The answer is yes, if you want to be 15 stone of lean muscle, unless you are the Incredible Hulks great grandson you are gonna need a **** load of steroids and even more food

Then a **** load of fat burners

That is if you want to do it in any reasonable amount of time, anyway


----------



## L11 (Jan 21, 2011)

scott199 said:


> so lets say to half that to 7% wouldnt i have to lose a stone rather than 2??


pretty sure thats what I said.


----------



## Robbie789 (Sep 6, 2012)

If you're close to 200lbs @ 14% BF, then surely you've been training long enough to know what you should/want to do?

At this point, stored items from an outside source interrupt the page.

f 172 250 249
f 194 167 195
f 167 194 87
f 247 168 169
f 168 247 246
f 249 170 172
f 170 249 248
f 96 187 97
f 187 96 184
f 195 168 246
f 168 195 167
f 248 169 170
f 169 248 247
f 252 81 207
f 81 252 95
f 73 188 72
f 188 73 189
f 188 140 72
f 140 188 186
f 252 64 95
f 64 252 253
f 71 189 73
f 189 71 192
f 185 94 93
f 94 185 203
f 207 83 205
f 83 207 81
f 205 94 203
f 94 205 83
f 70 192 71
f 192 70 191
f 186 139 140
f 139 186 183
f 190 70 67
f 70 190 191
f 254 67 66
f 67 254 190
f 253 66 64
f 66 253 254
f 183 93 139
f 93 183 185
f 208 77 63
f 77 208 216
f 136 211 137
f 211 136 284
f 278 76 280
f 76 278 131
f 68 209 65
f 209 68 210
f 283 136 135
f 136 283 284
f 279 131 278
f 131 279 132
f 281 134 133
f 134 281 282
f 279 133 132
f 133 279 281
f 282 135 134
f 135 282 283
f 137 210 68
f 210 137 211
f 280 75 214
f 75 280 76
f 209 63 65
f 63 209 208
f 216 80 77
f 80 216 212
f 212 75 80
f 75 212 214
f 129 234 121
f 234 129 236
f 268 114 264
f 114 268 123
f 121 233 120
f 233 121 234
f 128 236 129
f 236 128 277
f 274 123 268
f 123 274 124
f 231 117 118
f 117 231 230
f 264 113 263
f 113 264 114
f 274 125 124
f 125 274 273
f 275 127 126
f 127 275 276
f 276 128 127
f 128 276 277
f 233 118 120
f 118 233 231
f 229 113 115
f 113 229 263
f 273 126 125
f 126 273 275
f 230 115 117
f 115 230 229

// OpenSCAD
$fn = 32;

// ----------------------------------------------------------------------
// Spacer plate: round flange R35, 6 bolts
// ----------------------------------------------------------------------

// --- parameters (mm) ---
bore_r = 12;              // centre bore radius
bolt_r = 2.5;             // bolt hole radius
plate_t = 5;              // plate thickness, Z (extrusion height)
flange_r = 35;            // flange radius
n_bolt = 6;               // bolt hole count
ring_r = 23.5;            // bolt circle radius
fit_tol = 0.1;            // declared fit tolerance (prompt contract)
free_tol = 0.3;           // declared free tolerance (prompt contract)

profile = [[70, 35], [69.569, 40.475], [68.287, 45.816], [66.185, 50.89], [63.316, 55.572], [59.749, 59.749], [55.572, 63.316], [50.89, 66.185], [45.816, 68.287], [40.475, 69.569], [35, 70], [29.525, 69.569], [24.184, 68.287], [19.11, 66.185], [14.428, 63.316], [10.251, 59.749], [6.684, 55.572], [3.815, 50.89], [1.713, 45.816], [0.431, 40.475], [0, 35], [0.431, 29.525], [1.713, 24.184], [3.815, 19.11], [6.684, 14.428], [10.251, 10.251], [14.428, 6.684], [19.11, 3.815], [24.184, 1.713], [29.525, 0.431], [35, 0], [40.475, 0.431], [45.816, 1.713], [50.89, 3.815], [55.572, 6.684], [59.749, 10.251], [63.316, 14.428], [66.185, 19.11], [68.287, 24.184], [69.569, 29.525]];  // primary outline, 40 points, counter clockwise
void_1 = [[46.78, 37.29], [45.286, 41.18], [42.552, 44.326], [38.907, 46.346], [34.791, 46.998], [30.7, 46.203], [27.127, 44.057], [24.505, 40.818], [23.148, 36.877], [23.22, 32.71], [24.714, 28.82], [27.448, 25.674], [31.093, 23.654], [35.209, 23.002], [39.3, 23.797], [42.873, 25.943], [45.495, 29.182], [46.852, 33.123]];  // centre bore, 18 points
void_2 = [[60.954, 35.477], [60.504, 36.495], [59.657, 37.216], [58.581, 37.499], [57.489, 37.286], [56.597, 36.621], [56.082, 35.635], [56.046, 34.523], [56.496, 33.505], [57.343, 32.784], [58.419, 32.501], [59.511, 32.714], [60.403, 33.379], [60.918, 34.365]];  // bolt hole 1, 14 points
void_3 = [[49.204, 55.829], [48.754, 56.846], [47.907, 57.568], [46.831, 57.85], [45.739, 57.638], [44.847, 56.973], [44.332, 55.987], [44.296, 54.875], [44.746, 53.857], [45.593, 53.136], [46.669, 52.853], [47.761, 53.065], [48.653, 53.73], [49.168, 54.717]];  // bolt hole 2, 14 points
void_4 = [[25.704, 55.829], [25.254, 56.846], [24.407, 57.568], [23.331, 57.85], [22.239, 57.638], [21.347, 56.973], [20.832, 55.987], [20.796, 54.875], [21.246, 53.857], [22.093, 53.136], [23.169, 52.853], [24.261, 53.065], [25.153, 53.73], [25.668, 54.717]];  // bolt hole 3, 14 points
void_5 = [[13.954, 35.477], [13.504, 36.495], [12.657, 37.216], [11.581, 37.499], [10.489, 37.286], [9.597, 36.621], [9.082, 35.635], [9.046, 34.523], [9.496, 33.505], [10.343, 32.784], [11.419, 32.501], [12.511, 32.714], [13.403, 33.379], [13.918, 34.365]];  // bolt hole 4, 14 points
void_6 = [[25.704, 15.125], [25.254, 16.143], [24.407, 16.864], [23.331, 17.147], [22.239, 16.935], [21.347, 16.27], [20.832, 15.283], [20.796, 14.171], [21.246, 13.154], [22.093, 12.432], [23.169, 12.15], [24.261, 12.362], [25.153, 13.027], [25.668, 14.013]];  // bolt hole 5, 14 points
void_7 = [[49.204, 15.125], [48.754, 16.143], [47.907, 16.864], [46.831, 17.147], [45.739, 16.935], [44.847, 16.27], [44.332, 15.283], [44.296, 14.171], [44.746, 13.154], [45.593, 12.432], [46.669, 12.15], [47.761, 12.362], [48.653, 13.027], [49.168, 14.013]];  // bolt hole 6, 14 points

If you haven't trained before, then I put £5 that you're not 14% and you need to cut


----------



## scott199 (Jan 30, 2013)

L11 said:


> pretty sure thats what I said.


sorry mate read what you put wrong lol i tought u said 2 stone of muscle n 2 stone of fat.

ye im not on about bulking and cuting at the same time thats prety much impossible. i have bin trainin for a good few years now just hit a bit of a wall since i have come off gear about a couple of months ago. maybe geting to 15 stone is a bit of a wild ambtion. all im after really is putin a bit more muscle on then strippin the fat and just seein were to go from there.


----------



## stone14 (Mar 24, 2005)

im 6ft2" 200lb, just starting my bulk and on 5000-6000cals ed.


----------



## Robbie789 (Sep 6, 2012)

stone14 said:


> im 6ft2" 200lb, just starting my bulk and on 5000-6000cals ed.


Is that all?

:rolleye:


----------